We identified 46 RIDGE-to-RIDGE break points and 11 anti-RIDGE-to-anti-RIDGE break points between the chicken and human genomes. Chi-square tests showed a significantly higher number of RIDGE-to-RIDGE break points between the chicken and human genomes (p value < 2.2 × 10-16) compared to that expected by chance, and no significant difference in the number of anti-RIDGE-to-anti-RIDGE break points (p value = 0.8).
Genomic characteristics of RIDGEs and anti-RIDGEs in chicken
Next we evaluated whether RIDGEs and anti-RIDGEs were associated with other genome characteristics. Positive correlations were found between chicken transcriptome map and gene density (p value < 2.2 × 10-16), GC content (p value < 2.2 × 10-16) and average intron length (p value < 2.2 × 10-16). As an example, the whole chromosome views of the transcriptome map, gene density, GC content, gene length, average intron length and recombination rate are shown for chromosome 1 (Figure 6); these various parameters were similar in RIDGEs and anti-RIDGEs. To further investigate the specific genomic characteristics of RIDGEs and anti-RIDGEs, we compared the average intron length (averaged intron length of all transcripts per gene), gene length (genomic length), gene density (number of genes per 100 kb), and GC content between genes located in RIDGEs and anti-RIDGEs (Figure 7). Compared to the entire chicken genome, RIDGEs, on average, harbor genes with shorter average intron length (p value < 2.2 × 10-16), shorter gene length (p value < 2.2 × 10-16), and a higher GC content (p value < 2.2 × 10-16). Anti-RIDGEs, on the other hand, show opposite trends, with genes with longer average intron length (p value < 2.2 × 10-16), longer gene length (p value < 2.2 × 10-16), and lower GC content (p value < 2.2 × 10-16). Furthermore, RIDGEs also have a significantly higher gene density (p value = 1.29 × 10-9) than anti-RIDGEs.

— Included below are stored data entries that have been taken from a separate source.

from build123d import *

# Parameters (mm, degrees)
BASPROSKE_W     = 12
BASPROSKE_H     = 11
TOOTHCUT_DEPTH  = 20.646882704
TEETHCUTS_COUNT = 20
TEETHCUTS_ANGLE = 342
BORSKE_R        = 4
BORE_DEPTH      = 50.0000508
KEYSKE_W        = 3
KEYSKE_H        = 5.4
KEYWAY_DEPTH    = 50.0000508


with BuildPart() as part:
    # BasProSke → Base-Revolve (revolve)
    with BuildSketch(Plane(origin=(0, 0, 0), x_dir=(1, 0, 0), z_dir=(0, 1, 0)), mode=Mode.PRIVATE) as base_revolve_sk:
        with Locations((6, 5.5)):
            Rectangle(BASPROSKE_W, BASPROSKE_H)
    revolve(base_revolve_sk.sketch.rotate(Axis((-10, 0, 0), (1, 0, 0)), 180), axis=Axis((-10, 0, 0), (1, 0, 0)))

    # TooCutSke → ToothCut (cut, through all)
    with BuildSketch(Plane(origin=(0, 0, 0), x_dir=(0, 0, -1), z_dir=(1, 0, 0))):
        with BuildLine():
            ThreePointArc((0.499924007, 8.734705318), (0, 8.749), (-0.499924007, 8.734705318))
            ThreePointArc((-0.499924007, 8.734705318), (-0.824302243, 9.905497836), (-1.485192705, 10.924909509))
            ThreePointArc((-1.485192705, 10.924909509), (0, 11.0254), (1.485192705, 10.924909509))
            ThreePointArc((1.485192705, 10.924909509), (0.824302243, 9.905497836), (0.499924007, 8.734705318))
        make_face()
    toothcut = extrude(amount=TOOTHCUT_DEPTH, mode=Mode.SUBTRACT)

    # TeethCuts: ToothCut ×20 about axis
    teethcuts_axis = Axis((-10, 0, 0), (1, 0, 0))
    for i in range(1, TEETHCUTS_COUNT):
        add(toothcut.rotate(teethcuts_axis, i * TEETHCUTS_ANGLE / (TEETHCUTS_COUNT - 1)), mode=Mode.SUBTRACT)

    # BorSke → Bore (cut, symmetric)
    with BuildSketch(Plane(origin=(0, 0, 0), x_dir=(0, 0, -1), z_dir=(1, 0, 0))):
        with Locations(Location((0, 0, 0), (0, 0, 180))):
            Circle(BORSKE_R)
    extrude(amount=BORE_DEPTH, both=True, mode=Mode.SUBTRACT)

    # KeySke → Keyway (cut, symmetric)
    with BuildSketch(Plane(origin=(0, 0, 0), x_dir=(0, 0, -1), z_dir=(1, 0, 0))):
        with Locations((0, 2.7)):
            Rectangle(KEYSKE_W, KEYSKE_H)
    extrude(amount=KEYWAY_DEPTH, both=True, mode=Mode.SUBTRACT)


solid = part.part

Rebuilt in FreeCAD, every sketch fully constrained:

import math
import FreeCAD as App
import Part
import Sketcher

V = App.Vector


def add_polygon(sketch, points):
    """Adds a closed chain of lines whose ends are joined by coincident constraints."""
    first, n = sketch.GeometryCount, len(points)
    for a, b in zip(points, points[1:] + points[:1]):
        sketch.addGeometry(Part.LineSegment(App.Vector(*a, 0), App.Vector(*b, 0)), False)
    for i in range(n):
        sketch.addConstraint(Sketcher.Constraint("Coincident", first + i, 2, first + (i + 1) % n, 1))

doc = App.newDocument("Part")
body = doc.addObject("PartDesign::Body", "Body")

sketch1 = body.newObject("Sketcher::SketchObject", "Sketch")
sketch1.AttachmentSupport = (doc.getObject("XZ_Plane"), [""])
sketch1.MapMode = "FlatFace"
add_polygon(sketch1, [(0, -11), (0, 0), (12, 0), (12, -11)])
sketch1.addConstraint(Sketcher.Constraint("Vertical", 0))
sketch1.addConstraint(Sketcher.Constraint("Horizontal", 1))
sketch1.addConstraint(Sketcher.Constraint("Vertical", 2))
sketch1.addConstraint(Sketcher.Constraint("Horizontal", 3))
sketch1.addConstraint(Sketcher.Constraint("Coincident", 0, 2, -1, 1))
sketch1.addConstraint(Sketcher.Constraint("DistanceX", 1, 1, 1, 2, 12.0))
sketch1.addConstraint(Sketcher.Constraint("DistanceY", 0, 1, 0, 2, 11.0))
revolution = body.newObject("PartDesign::Revolution", "Revolution")
revolution.Profile = sketch1
revolution.ReferenceAxis = (sketch1, ["H_Axis"])
revolution.Angle = 360

sketch2 = body.newObject("Sketcher::SketchObject", "Sketch001")
sketch2.AttachmentSupport = (doc.getObject("YZ_Plane"), [""])
sketch2.MapMode = "FlatFace"
sketch2.addGeometry(Part.ArcOfCircle(Part.Circle(V(0, 0, 0), V(0, 0, 1), 8.7), math.radians(-3.28), math.radians(3.28)), False)
sketch2.addGeometry(Part.ArcOfCircle(Part.Circle(V(8.3, -4.5, 0), V(0, 0, 1), 4), math.radians(48), math.radians(83)), False)
sketch2.addGeometry(Part.ArcOfCircle(Part.Circle(V(0, 0, 0), V(0, 0, 1), 11), math.radians(-7.74), math.radians(7.74)), False)
sketch2.addGeometry(Part.ArcOfCircle(Part.Circle(V(8.3, 4.5, 0), V(0, 0, 1), 4), math.radians(-83), math.radians(-48)), False)
sketch2.addConstraint(Sketcher.Constraint("Coincident", 0, 1, 1, 2))
sketch2.addConstraint(Sketcher.Constraint("Coincident", 1, 1, 2, 1))
sketch2.addConstraint(Sketcher.Constraint("Coincident", 2, 2, 3, 2))
sketch2.addConstraint(Sketcher.Constraint("Coincident", 3, 1, 0, 2))
sketch2.addConstraint(Sketcher.Constraint("Coincident", 0, 3, -1, 1))
sketch2.addConstraint(Sketcher.Constraint("Coincident", 2, 3, -1, 1))
sketch2.addConstraint(Sketcher.Constraint("Equal", 1, 3))
sketch2.addConstraint(Sketcher.Constraint("Symmetric", 1, 3, 3, 3, -1))
sketch2.addConstraint(Sketcher.Constraint("Radius", 1, 4.0))
sketch2.addConstraint(Sketcher.Constraint("Radius", 0, 8.749))
sketch2.addConstraint(Sketcher.Constraint("Radius", 2, 11.0254))
sketch2.addConstraint(Sketcher.Constraint("DistanceY", 1, 3, -1, 1, 4.47219))
sketch2.addConstraint(Sketcher.Constraint("DistanceX", -1, 1, 1, 1, 10.92491))
pocket1 = body.newObject("PartDesign::Pocket", "Pocket")
pocket1.Profile = sketch2
pocket1.Type = "ThroughAll"
pocket1.Reversed = True
doc.recompute()

polarpattern = body.newObject("PartDesign::PolarPattern", "PolarPattern")
polarpattern.Originals = [pocket1]
polarpattern.Axis = (doc.getObject("X_Axis"), [""])
polarpattern.Angle = 360
polarpattern.Occurrences = 20
body.Tip = polarpattern

sketch3 = body.newObject("Sketcher::SketchObject", "Sketch002")
sketch3.AttachmentSupport = (doc.getObject("YZ_Plane"), [""])
sketch3.MapMode = "FlatFace"
sketch3.addGeometry(Part.Circle(V(0, 0, 0), V(0, 0, 1), 4), False)
sketch3.addConstraint(Sketcher.Constraint("Coincident", 0, 3, -1, 1))
sketch3.addConstraint(Sketcher.Constraint("Diameter", 0, 8.0))
pocket2 = body.newObject("PartDesign::Pocket", "Pocket001")
pocket2.Profile = sketch3
pocket2.Length = 100.000102
pocket2.Midplane = True

sketch4 = body.newObject("Sketcher::SketchObject", "Sketch003")
sketch4.AttachmentSupport = (doc.getObject("YZ_Plane"), [""])
sketch4.MapMode = "FlatFace"
add_polygon(sketch4, [(5.4, 1.5), (0, 1.5), (0, -1.5), (5.4, -1.5)])
sketch4.addConstraint(Sketcher.Constraint("Horizontal", 0))
sketch4.addConstraint(Sketcher.Constraint("Vertical", 1))
sketch4.addConstraint(Sketcher.Constraint("Horizontal", 2))
sketch4.addConstraint(Sketcher.Constraint("Vertical", 3))
sketch4.addConstraint(Sketcher.Constraint("Symmetric", 0, 2, 1, 2, -1, 1))
sketch4.addConstraint(Sketcher.Constraint("DistanceY", 1, 2, 1, 1, 3.0))
sketch4.addConstraint(Sketcher.Constraint("DistanceX", 0, 2, 0, 1, 5.4))
pocket3 = body.newObject("PartDesign::Pocket", "Pocket002")
pocket3.Profile = sketch4
pocket3.Length = 100.000102
pocket3.Midplane = True

doc.recompute()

Gene Ontology term enrichment analysis for genes in RIDGEs and anti-RIDGEs
Our results indicate that RIDGEs are relatively conserved between human and chicken. Assuming RIDGEs are the result of evolutionary events favoring the clustering of genes with higher expression levels, one can hypothesize that genes within RIDGEs may share similar functions or biological pathways. To investigate this possibility, we performed Gene Ontology (GO) [27] term enrichment analysis on genes located in RIDGEs and anti-RIDGEs using R package GOstats [28]. However, no significant GOBP terms (the minimum FDR of all three tests is 0.4) were found for genes in RIDGEs and anti-RIDGEs after correcting for multiple testing (Additional file 6).